## Exercise prompt
From the line with "f 163 162 481" through the line with "v -1.4955 3.2747 3.9", repeat the entries verbatim, both end lines included, and add nothing.

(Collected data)
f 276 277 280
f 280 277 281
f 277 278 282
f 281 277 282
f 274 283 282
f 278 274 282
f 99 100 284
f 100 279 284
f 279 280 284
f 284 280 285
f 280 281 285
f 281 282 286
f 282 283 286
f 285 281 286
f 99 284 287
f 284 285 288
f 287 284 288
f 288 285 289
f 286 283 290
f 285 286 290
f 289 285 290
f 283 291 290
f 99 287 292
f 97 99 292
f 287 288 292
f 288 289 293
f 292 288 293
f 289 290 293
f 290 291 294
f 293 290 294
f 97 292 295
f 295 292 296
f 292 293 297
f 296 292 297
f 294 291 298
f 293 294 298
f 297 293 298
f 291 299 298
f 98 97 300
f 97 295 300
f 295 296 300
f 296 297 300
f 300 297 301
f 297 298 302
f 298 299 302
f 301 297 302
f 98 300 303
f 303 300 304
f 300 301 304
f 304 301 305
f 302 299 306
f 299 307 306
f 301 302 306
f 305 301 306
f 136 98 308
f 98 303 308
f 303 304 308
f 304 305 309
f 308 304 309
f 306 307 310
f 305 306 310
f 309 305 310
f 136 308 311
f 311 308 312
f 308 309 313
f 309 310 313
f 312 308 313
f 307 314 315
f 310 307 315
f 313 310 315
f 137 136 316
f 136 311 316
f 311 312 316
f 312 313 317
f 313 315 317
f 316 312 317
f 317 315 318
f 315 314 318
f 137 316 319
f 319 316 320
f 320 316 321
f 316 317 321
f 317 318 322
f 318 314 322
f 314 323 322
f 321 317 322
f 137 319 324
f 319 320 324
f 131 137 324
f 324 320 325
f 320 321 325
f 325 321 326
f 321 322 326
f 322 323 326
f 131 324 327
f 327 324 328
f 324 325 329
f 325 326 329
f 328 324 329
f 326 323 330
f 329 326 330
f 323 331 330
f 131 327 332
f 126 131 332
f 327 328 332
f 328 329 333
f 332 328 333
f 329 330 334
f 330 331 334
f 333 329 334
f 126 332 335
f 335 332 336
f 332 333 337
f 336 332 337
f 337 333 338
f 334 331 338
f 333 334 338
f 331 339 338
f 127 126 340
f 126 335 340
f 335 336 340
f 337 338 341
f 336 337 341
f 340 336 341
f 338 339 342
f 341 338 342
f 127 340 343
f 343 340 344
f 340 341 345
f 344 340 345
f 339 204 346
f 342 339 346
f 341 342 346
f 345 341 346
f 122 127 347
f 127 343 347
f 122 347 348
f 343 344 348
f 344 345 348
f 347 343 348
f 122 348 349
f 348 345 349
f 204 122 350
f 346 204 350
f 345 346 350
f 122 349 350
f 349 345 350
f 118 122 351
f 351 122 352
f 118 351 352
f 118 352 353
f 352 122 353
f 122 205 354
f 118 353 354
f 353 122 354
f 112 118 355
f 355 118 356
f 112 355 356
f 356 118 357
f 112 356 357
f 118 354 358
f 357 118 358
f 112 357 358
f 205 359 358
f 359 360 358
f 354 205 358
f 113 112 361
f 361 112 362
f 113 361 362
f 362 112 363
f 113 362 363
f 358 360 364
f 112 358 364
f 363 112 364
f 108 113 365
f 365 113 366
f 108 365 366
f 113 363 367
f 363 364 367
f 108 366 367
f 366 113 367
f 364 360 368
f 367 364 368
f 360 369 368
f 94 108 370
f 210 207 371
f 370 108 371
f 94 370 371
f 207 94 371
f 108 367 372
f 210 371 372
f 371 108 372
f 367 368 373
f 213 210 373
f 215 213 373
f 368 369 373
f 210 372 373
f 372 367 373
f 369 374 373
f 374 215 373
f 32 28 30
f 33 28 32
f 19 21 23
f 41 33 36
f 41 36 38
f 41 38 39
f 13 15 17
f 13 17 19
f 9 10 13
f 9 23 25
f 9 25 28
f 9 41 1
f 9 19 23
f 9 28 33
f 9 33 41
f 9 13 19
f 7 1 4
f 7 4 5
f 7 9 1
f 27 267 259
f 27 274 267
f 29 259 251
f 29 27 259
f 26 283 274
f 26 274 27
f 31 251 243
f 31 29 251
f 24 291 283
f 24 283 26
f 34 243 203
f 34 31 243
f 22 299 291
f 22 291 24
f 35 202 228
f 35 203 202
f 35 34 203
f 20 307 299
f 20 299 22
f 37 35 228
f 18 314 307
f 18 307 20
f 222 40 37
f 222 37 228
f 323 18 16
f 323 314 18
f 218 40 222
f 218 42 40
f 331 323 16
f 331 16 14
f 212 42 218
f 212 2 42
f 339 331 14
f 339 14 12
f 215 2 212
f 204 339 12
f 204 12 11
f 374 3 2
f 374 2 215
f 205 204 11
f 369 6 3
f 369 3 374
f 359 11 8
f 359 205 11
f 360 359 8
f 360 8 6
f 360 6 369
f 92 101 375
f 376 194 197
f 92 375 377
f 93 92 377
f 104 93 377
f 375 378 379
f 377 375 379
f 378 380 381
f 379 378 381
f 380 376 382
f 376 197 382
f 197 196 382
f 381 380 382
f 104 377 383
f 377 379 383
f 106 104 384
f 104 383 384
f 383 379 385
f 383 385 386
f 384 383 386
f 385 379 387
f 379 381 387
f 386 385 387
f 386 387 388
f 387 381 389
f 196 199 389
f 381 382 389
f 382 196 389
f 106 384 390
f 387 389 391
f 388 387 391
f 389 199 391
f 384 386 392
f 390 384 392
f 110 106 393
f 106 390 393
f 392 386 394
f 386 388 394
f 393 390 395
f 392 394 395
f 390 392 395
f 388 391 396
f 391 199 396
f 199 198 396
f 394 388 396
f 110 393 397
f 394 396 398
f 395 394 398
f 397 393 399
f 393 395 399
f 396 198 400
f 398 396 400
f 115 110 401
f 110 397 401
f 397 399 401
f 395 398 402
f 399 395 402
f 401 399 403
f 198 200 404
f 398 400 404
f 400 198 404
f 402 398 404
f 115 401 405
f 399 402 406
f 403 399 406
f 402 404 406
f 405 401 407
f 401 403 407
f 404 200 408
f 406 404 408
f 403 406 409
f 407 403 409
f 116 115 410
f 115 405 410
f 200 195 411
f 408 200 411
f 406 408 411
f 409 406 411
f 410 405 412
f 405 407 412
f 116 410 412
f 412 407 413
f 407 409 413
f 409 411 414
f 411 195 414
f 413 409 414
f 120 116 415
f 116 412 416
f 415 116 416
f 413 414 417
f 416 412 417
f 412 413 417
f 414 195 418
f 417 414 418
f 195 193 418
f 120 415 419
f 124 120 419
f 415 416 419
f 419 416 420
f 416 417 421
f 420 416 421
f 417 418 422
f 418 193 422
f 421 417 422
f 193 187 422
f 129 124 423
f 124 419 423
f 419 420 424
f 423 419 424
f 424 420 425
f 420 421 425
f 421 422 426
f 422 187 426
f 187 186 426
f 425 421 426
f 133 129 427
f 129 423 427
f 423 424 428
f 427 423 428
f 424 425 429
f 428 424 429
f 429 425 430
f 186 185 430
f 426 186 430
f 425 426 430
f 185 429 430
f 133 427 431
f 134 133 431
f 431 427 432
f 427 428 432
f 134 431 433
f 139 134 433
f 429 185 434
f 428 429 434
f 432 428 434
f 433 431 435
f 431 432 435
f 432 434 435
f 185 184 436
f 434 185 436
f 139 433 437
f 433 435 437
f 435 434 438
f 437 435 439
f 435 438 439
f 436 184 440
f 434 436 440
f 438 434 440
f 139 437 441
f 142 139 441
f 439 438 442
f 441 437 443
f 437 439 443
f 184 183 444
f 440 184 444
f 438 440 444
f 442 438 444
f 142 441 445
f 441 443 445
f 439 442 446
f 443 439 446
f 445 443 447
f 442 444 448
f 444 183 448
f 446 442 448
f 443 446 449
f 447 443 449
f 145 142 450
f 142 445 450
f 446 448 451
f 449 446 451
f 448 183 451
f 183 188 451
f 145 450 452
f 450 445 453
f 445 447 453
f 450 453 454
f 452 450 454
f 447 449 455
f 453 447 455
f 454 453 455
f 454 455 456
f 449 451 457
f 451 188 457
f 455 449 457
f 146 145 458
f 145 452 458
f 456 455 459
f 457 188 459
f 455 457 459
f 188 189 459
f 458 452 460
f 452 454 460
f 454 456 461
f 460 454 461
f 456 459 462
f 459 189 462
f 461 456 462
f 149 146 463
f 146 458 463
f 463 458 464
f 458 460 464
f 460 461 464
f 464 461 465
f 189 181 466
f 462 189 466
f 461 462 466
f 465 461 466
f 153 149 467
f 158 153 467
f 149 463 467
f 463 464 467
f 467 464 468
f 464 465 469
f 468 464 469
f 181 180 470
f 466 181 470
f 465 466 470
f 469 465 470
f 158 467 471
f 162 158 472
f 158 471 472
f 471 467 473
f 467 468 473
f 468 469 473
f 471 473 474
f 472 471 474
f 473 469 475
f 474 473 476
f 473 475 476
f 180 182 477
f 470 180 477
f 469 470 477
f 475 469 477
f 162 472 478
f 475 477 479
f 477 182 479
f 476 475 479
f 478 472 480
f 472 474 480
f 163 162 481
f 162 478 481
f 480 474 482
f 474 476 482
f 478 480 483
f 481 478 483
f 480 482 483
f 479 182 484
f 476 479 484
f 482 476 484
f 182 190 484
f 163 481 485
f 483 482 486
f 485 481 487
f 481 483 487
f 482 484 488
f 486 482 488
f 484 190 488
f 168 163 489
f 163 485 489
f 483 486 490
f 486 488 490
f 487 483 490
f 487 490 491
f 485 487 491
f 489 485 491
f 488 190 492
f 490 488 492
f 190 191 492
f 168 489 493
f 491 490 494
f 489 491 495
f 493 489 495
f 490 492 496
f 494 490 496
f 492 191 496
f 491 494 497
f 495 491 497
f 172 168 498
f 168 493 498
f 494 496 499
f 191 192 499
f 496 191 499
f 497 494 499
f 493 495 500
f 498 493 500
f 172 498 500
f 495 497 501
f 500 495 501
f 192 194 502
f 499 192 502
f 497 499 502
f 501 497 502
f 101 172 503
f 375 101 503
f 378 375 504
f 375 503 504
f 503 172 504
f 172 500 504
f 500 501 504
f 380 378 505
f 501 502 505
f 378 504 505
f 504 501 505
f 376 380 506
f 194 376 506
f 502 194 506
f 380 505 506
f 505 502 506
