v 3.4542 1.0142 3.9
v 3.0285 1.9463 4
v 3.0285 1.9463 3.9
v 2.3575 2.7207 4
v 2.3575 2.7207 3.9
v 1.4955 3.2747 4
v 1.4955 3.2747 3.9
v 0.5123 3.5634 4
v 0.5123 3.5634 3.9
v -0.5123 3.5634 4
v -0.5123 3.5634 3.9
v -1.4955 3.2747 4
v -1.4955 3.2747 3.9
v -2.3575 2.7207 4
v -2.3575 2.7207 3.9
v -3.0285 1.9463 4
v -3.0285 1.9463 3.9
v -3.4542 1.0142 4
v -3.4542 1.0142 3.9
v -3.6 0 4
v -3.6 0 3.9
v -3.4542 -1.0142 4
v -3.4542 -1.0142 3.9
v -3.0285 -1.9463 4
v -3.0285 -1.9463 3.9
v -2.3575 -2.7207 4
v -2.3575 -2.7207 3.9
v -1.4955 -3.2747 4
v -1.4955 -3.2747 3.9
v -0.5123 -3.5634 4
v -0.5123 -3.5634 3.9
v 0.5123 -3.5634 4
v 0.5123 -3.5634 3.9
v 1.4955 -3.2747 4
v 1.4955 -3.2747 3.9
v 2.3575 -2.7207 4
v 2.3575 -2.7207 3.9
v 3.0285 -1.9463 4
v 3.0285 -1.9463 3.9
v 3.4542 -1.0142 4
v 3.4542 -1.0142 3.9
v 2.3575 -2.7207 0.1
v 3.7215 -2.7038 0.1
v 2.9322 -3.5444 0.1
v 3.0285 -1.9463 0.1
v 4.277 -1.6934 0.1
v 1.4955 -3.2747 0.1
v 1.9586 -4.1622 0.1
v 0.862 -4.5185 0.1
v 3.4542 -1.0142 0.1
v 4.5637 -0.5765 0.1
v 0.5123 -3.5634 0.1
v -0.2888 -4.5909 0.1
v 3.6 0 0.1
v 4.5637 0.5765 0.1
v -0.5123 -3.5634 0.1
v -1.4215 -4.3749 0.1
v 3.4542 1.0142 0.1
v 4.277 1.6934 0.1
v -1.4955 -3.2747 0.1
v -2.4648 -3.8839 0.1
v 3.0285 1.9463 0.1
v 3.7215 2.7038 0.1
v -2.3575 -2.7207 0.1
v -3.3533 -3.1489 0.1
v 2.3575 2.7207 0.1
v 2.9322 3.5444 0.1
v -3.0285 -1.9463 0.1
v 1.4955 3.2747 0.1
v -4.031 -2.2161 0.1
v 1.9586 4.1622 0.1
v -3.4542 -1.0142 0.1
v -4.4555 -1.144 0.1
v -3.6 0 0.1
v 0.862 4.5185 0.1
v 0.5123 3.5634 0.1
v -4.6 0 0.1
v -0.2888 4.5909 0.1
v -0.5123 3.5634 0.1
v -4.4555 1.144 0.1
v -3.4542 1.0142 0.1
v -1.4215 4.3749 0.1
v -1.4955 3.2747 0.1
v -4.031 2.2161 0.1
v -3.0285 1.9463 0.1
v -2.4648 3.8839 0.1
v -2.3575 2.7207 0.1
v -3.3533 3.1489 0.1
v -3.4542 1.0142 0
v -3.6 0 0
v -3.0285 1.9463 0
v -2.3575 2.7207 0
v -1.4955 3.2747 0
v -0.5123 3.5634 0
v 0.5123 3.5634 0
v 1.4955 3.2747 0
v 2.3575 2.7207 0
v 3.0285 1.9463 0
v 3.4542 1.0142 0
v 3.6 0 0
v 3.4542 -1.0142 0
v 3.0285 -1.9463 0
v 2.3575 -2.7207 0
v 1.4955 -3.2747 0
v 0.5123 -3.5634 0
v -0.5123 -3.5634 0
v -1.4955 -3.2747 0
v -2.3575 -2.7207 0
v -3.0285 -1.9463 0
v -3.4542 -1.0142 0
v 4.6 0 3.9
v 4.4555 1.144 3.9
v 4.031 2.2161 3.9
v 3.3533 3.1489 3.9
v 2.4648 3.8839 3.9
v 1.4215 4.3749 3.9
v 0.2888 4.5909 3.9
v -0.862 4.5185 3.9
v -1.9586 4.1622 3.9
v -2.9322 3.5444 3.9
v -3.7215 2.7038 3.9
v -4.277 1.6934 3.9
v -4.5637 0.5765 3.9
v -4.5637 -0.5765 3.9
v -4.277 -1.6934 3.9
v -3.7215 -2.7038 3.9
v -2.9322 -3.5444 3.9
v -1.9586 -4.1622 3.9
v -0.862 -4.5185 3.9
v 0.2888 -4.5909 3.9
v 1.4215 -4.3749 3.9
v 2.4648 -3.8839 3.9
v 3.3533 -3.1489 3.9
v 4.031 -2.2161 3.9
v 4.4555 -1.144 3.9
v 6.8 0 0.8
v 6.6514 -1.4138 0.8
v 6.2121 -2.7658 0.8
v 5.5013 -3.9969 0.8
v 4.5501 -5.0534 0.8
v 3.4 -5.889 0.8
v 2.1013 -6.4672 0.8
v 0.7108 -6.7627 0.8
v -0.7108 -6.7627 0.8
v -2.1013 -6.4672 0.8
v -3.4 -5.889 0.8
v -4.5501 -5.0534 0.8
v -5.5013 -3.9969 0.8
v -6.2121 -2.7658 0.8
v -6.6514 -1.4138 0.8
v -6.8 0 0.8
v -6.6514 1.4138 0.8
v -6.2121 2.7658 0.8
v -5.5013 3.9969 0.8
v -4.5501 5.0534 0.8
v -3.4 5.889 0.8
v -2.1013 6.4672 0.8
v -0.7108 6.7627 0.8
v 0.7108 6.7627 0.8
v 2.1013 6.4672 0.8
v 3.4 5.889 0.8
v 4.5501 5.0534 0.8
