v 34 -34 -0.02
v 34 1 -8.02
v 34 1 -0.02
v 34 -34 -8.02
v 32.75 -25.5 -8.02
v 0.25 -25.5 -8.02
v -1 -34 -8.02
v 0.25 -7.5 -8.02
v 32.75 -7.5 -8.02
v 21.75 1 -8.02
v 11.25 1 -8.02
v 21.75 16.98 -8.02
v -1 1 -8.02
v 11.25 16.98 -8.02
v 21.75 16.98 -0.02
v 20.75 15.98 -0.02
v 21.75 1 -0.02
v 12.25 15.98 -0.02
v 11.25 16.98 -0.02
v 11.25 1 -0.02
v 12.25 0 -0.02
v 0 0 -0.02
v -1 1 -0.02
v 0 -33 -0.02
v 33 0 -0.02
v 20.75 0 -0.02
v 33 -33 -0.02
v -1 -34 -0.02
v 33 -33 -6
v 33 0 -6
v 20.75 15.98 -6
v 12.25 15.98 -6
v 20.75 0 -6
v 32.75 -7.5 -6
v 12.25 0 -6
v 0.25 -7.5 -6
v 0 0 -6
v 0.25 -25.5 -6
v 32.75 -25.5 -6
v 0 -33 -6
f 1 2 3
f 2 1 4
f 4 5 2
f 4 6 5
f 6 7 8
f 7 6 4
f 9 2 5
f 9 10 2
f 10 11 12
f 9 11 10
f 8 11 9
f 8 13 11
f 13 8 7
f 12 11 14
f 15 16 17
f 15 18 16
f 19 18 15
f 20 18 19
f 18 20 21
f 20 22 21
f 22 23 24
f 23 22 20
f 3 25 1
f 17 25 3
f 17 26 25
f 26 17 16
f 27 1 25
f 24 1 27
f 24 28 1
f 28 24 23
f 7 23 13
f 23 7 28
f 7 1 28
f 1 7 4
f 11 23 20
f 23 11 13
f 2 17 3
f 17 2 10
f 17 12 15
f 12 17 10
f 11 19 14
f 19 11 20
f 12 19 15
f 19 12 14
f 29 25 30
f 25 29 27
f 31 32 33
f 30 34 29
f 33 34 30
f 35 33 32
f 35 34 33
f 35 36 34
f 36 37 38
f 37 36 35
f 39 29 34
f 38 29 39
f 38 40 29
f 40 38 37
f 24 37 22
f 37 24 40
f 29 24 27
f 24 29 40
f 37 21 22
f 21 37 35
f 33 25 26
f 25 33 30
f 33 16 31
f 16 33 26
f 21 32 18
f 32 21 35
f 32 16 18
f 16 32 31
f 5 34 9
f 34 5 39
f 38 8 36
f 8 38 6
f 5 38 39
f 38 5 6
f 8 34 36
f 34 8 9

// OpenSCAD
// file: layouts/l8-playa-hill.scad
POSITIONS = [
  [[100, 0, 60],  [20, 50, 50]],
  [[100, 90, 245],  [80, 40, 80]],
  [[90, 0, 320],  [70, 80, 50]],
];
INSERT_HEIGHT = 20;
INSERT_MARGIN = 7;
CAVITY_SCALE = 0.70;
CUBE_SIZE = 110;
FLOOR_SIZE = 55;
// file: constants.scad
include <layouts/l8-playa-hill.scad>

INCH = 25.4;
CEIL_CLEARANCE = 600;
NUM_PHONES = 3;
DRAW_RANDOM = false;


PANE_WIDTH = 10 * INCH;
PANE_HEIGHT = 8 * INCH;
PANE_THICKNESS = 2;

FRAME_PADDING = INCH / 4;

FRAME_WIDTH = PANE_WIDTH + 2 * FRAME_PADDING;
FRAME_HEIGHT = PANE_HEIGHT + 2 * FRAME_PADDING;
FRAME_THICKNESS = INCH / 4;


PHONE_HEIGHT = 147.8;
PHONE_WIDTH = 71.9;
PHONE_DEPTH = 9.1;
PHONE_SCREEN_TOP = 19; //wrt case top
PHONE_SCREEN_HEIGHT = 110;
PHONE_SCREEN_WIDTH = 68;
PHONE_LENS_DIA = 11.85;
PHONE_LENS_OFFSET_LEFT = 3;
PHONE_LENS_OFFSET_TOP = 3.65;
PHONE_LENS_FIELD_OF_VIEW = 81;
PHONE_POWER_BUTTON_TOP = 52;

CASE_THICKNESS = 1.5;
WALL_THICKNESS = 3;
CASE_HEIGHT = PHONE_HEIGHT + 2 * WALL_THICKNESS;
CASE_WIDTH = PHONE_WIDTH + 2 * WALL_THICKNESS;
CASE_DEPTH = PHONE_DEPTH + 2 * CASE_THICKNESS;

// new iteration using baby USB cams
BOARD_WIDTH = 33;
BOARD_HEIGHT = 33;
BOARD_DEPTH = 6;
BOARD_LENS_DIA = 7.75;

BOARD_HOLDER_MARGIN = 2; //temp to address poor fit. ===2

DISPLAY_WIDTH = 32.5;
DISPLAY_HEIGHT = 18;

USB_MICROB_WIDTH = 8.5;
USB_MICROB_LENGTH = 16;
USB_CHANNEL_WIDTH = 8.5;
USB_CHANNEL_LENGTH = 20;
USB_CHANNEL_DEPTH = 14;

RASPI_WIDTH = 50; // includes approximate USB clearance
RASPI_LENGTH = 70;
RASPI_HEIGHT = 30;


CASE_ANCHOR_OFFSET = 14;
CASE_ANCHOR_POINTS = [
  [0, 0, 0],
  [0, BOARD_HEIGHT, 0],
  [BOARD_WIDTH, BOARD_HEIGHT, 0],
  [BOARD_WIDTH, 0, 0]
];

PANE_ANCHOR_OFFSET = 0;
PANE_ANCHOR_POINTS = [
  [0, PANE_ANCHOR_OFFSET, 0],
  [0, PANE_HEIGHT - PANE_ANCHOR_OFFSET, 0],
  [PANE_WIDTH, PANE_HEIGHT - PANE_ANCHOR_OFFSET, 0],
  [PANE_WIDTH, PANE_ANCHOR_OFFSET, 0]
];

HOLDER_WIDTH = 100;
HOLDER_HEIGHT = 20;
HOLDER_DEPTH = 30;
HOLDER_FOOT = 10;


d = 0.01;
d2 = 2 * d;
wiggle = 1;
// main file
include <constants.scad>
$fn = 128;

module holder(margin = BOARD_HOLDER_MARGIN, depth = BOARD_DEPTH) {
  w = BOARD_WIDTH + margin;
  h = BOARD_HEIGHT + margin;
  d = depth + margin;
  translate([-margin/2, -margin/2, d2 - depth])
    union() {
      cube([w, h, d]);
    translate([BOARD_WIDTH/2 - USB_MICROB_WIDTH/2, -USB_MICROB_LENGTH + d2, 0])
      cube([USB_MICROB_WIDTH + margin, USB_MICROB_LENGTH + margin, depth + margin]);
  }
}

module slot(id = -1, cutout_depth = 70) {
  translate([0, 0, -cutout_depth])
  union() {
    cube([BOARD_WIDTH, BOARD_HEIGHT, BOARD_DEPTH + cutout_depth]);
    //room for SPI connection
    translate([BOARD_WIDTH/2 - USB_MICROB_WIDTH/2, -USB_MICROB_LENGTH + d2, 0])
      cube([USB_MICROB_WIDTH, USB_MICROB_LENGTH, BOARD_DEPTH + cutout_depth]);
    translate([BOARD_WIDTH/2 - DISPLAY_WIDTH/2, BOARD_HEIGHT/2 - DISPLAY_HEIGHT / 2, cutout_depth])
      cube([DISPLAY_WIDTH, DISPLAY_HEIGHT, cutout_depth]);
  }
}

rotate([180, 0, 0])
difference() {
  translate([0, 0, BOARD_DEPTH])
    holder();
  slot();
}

## Output for this task
f 163 162 481
f 162 478 481
f 480 474 482
f 474 476 482
f 478 480 483
f 481 478 483
f 480 482 483
f 479 182 484
f 476 479 484
f 482 476 484
f 182 190 484
f 163 481 485
f 483 482 486
f 485 481 487
f 481 483 487
f 482 484 488
f 486 482 488
f 484 190 488
f 168 163 489
f 163 485 489
f 483 486 490
f 486 488 490
f 487 483 490
f 487 490 491
f 485 487 491
f 489 485 491
f 488 190 492
f 490 488 492
f 190 191 492
f 168 489 493
f 491 490 494
f 489 491 495
f 493 489 495
f 490 492 496
f 494 490 496
f 492 191 496
f 491 494 497
f 495 491 497
f 172 168 498
f 168 493 498
f 494 496 499
f 191 192 499
f 496 191 499
f 497 494 499
f 493 495 500
f 498 493 500
f 172 498 500
f 495 497 501
f 500 495 501
f 192 194 502
f 499 192 502
f 497 499 502
f 501 497 502
f 101 172 503
f 375 101 503
f 378 375 504
f 375 503 504
f 503 172 504
f 172 500 504
f 500 501 504
f 380 378 505
f 501 502 505
f 378 504 505
f 504 501 505
f 376 380 506
f 194 376 506
f 502 194 506
f 380 505 506
f 505 502 506
v 3.4542 1.0142 3.9
v 3.0285 1.9463 4
v 3.0285 1.9463 3.9
v 2.3575 2.7207 4
v 2.3575 2.7207 3.9
v 1.4955 3.2747 4
v 1.4955 3.2747 3.9
v 0.5123 3.5634 4
v 0.5123 3.5634 3.9
v -0.5123 3.5634 4
v -0.5123 3.5634 3.9
v -1.4955 3.2747 4
v -1.4955 3.2747 3.9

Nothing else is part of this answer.